A Claude/Codex skill for ensembling gradient boosting models on large-scale tabular datasets, optimized for the Numerai competition.
Built from the Kaggle Grandmasters Playbook: 7 Battle-Tested Modeling Techniques for Tabular Data. I wanted to see how much of that accumulated wisdom could be distilled into a skill that Codex CLI could actually execute on.
Generated using Claude Opus 4.5 with Anthropic's official skill-creator.
Claude recommended embedding Numerai specializations (era-based validation, embargo handling, multi-target ensembling) in the skill instead of the prompt.

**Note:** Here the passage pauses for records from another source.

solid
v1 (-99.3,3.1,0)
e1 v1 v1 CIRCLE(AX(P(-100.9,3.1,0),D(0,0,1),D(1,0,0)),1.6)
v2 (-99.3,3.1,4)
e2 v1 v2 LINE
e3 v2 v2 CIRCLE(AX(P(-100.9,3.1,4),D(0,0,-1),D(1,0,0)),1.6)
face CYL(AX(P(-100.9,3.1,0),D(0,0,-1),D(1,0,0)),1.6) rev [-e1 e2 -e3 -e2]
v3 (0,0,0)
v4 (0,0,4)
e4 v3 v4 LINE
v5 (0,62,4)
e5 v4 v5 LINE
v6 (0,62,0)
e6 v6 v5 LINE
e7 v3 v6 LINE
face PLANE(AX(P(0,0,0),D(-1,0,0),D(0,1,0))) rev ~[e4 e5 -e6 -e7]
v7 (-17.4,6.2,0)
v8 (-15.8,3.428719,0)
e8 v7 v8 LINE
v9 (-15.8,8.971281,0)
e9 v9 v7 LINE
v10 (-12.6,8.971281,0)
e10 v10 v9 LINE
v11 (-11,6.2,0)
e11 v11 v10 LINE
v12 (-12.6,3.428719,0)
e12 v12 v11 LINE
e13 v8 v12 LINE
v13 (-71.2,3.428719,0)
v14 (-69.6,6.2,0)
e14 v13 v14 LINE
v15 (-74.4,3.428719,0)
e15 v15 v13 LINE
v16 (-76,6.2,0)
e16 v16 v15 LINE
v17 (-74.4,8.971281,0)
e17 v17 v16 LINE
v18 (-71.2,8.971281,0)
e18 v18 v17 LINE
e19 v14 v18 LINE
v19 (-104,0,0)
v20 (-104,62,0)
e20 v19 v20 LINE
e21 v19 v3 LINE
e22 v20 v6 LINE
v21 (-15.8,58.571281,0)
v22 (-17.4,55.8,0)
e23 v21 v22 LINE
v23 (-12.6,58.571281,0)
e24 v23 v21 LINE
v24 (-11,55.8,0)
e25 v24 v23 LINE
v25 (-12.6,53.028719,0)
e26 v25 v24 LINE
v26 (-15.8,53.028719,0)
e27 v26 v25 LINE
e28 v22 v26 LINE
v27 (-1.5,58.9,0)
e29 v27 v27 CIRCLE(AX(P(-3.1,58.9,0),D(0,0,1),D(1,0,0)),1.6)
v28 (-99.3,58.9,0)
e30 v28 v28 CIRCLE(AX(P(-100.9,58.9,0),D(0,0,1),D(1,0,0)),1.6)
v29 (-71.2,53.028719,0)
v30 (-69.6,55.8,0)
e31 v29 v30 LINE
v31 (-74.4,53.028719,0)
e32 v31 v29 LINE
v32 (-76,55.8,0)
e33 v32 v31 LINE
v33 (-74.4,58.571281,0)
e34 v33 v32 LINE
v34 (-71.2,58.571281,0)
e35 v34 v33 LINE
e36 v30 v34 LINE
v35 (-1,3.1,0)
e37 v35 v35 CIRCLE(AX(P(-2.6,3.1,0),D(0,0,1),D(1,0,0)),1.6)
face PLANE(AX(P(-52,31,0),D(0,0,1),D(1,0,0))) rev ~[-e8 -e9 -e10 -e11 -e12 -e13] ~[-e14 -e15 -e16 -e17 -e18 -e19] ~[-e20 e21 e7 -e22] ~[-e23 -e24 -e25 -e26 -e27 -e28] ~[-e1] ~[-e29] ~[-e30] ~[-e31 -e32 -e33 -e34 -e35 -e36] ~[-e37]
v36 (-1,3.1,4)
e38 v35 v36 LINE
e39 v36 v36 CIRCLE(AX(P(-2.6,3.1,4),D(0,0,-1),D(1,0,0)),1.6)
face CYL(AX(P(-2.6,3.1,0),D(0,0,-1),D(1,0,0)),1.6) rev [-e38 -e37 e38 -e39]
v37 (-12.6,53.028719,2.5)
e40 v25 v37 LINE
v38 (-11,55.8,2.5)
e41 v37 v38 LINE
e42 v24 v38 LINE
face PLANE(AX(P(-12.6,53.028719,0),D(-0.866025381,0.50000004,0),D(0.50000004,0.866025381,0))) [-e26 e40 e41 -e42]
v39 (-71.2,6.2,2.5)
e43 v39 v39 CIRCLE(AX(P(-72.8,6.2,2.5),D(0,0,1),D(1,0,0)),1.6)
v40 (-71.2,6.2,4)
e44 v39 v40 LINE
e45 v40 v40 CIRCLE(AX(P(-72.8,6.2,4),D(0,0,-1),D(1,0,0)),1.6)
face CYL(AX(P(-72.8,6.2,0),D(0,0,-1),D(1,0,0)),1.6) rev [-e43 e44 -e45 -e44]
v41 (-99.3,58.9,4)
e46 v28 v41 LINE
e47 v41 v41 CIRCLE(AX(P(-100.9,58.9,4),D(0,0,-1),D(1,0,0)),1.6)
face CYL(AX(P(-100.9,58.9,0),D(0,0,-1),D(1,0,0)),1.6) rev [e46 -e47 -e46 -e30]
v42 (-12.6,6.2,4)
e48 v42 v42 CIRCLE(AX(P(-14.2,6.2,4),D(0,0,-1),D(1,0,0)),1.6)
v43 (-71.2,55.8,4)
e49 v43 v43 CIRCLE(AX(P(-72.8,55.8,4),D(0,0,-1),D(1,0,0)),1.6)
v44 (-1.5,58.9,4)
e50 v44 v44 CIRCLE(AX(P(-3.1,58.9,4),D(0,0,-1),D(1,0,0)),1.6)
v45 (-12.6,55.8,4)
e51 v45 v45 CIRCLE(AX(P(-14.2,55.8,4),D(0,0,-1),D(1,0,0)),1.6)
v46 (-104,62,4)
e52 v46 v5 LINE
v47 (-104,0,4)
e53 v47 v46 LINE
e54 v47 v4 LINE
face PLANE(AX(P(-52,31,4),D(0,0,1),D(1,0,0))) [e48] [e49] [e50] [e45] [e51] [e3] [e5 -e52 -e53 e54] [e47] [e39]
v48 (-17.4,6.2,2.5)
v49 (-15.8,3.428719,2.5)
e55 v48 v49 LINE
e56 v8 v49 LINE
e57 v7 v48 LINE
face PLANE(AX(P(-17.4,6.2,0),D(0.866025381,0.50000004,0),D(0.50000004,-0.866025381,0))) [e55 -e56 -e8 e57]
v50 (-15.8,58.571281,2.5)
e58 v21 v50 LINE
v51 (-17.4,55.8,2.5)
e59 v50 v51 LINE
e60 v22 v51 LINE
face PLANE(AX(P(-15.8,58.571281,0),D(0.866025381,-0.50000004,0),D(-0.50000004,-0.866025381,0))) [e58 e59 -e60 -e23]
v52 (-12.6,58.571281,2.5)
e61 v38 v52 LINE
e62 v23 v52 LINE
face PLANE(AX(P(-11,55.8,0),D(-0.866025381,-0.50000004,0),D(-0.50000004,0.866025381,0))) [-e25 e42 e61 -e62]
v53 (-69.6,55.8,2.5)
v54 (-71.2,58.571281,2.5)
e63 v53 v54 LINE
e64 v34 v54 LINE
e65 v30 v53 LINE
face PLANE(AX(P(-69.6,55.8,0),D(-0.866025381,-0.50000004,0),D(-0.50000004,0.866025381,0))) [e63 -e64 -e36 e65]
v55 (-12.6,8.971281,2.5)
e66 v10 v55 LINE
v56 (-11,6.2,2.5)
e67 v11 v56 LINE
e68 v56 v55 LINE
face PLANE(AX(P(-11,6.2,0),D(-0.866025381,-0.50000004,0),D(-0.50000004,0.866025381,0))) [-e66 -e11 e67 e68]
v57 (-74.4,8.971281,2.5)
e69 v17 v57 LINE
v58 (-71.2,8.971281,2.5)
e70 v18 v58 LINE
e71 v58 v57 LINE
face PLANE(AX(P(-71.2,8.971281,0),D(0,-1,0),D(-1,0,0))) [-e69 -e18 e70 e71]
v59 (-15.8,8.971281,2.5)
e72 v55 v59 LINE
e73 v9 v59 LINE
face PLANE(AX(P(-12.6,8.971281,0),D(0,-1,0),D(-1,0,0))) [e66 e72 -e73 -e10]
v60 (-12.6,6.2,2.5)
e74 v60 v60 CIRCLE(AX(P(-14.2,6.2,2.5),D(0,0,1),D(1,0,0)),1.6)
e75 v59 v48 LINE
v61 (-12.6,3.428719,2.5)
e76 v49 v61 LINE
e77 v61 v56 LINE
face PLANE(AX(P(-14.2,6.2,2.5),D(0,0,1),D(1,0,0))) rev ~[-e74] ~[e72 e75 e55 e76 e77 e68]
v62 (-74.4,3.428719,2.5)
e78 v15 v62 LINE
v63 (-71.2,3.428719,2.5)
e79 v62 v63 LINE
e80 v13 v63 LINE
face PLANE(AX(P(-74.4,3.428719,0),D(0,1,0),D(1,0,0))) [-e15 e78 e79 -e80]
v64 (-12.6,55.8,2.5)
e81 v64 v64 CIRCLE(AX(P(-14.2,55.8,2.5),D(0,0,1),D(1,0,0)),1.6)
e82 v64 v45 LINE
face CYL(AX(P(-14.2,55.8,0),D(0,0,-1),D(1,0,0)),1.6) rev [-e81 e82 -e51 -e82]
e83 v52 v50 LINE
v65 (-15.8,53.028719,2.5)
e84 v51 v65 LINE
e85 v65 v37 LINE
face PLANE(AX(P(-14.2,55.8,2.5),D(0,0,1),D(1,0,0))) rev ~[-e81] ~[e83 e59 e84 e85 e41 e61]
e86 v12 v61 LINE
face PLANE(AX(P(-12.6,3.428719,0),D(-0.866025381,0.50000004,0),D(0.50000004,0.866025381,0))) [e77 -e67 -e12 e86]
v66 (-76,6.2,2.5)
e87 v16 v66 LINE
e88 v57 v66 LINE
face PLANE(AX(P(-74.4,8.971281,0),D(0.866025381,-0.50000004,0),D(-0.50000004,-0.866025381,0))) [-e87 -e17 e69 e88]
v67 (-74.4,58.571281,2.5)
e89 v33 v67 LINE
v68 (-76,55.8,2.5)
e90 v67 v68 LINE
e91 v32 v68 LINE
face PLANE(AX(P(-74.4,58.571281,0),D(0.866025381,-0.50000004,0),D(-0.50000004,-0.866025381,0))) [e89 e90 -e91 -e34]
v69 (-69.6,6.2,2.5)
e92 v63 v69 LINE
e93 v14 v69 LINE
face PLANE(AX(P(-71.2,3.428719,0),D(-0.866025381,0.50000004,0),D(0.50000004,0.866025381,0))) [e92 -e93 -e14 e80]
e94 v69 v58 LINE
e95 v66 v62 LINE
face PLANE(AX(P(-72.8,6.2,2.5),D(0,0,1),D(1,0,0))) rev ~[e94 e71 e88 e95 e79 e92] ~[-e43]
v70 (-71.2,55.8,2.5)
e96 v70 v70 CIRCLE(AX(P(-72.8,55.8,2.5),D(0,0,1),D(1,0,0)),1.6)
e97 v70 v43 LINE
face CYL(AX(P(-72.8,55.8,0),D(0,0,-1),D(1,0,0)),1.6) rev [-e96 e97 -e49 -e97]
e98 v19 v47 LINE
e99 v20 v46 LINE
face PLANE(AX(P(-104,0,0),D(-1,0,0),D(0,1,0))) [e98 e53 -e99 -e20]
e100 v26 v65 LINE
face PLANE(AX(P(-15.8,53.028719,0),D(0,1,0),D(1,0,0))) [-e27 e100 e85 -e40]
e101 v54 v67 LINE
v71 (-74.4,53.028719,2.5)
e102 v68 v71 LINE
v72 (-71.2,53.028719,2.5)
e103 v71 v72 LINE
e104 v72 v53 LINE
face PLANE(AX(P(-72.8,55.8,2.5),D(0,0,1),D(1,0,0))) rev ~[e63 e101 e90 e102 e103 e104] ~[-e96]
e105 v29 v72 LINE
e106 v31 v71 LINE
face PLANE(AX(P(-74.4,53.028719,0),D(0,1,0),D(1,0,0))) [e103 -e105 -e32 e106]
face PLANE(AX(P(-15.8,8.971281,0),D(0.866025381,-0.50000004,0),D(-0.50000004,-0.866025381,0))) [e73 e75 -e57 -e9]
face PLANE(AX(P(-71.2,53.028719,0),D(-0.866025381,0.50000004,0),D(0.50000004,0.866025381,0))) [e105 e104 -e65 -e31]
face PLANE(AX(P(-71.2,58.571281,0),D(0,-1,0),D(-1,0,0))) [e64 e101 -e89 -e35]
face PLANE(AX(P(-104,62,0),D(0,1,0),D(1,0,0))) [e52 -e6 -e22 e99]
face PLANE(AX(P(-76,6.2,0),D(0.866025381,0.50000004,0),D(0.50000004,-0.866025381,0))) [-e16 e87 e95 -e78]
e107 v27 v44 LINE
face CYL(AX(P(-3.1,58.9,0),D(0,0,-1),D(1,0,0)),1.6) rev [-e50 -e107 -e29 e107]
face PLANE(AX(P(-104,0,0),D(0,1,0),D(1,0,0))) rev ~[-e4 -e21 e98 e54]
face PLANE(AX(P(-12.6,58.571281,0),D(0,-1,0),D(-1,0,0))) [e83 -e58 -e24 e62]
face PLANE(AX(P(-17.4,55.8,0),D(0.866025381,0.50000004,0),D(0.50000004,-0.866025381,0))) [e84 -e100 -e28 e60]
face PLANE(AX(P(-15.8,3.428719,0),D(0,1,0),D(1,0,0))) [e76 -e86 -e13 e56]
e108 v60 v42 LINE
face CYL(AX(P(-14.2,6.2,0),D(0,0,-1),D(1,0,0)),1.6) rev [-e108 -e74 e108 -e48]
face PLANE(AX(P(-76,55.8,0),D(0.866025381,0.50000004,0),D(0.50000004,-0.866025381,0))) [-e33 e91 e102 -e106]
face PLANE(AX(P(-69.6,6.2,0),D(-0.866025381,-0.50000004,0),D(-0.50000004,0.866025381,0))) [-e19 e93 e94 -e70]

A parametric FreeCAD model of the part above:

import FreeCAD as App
import Part
import Sketcher
from FreeCAD import Vector
Q = App.Units.Quantity


def add_polygon(sketch, points):
    """Adds a closed chain of lines whose ends are joined by coincident constraints."""
    first, n = sketch.GeometryCount, len(points)
    for a, b in zip(points, points[1:] + points[:1]):
        sketch.addGeometry(Part.LineSegment(App.Vector(*a, 0), App.Vector(*b, 0)), False)
    for i in range(n):
        sketch.addConstraint(Sketcher.Constraint("Coincident", first + i, 2, first + (i + 1) % n, 1))

doc = App.newDocument("Part")
body = doc.addObject("PartDesign::Body", "Body")

# Sketch on XY plane
sketch1 = body.newObject("Sketcher::SketchObject", "Sketch")
sketch1.AttachmentSupport = (doc.getObject("XY_Plane"), [""])
sketch1.MapMode = "FlatFace"
add_polygon(sketch1, [(3.2, 0), (1.6, 2.8), (-1.6, 2.8), (-3.2, 0), (-1.6, -2.8), (1.6, -2.8)])  # lines 0-5
sketch1.addGeometry(Part.Circle(Vector(0, 0, 0), Vector(0, 0, 1), 1.6), False)  # 6
sketch1.addConstraint([
    Sketcher.Constraint("Horizontal", 1),
    Sketcher.Constraint("Horizontal", 4),
    Sketcher.Constraint("Coincident", 6, 3, -1, 1),
    Sketcher.Constraint("Symmetric", 0, 2, 3, 2, -1, 1),
    Sketcher.Constraint("Symmetric", 2, 2, 5, 2, -1, 1),
    Sketcher.Constraint("PointOnObject", 2, 2, -1),
    Sketcher.Constraint("Parallel", 2, 5),
    Sketcher.Constraint("Vertical", 1, 2, 3, 2),
    Sketcher.Constraint("Diameter", 6, Q("3.2 mm")),
    Sketcher.Constraint("Angle", 0, Q("120.000003 deg")),
    Sketcher.Constraint("DistanceX", 1, 2, 1, 1, Q("3.2 mm")),
    Sketcher.Constraint("Distance", 0, Q("3.2 mm")),
])
pad1 = body.newObject("PartDesign::Pad", "Pad")
pad1.Profile = sketch1
pad1.Length = 2.5
body2 = doc.addObject("PartDesign::Body", "Body001")
doc.recompute()

body.Placement = App.Placement(Vector(-72.8, 6.2, 0), App.Rotation(Vector(0, 0, 1), 0))
boolean = body2.newObject("PartDesign::Boolean", "Boolean")
boolean.Type = "Fuse"
boolean.addObjects([body])
body3 = doc.addObject("PartDesign::Body", "Body002")

# Sketch on XY plane
sketch2 = body3.newObject("Sketcher::SketchObject", "Sketch001")
sketch2.AttachmentSupport = (doc.getObject("XY_Plane002"), [""])
sketch2.MapMode = "FlatFace"
add_polygon(sketch2, [(3.2, 0), (1.6, 2.8), (-1.6, 2.8), (-3.2, 0), (-1.6, -2.8), (1.6, -2.8)])  # lines 0-5
sketch2.addGeometry(Part.Circle(Vector(0, 0, 0), Vector(0, 0, 1), 1.6), False)  # 6
sketch2.addConstraint([
    Sketcher.Constraint("Horizontal", 1),
    Sketcher.Constraint("Horizontal", 4),
    Sketcher.Constraint("Coincident", 6, 3, -1, 1),
    Sketcher.Constraint("Symmetric", 0, 2, 3, 2, -1, 1),
    Sketcher.Constraint("Symmetric", 2, 2, 5, 2, -1, 1),
    Sketcher.Constraint("PointOnObject", 2, 2, -1),
    Sketcher.Constraint("Parallel", 2, 5),
    Sketcher.Constraint("Vertical", 1, 2, 3, 2),
    Sketcher.Constraint("Diameter", 6, Q("3.2 mm")),
    Sketcher.Constraint("Angle", 0, Q("120.000003 deg")),
    Sketcher.Constraint("DistanceX", 1, 2, 1, 1, Q("3.2 mm")),
    Sketcher.Constraint("Distance", 0, Q("3.2 mm")),
])
pad2 = body3.newObject("PartDesign::Pad", "Pad001")
pad2.Profile = sketch2
pad2.Length = 2.5
body4 = doc.addObject("PartDesign::Body", "Body003")
doc.recompute()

The skill assumes a Colab Pro+ environment with an A100-80GB GPU. I wanted to give the agent unfettered runway to go deep (30K trees on GPU frameworks). Adjust these assumptions if you're working with different hardware.
If you are using your ChatGPT subscription for codex instead of an API key, you will need to copy the ~/.codex/auth.json from your local computer to colab after installing codex cli in the colab terminal.
The skill and prompt expect a preprocessed dataset:
- Merged
train.parquetandvalidation.parquetinto a single file - Eras 0200–1000 only
- Six target columns
You'll need to generate a similar data file or modify the skill to work with the official Numerai data directly.
This isn't a finished, ready-to-use project. It's an experiment on what AI skills can accomplish. That said, you should be able to copy the tabular-ml-modeling folder into .codex/skills/ or .claude/skills/ and reference it in your prompt. The included numerai_prompt.md shows how I ran the task. And yes, the prompt was also generated by Claude.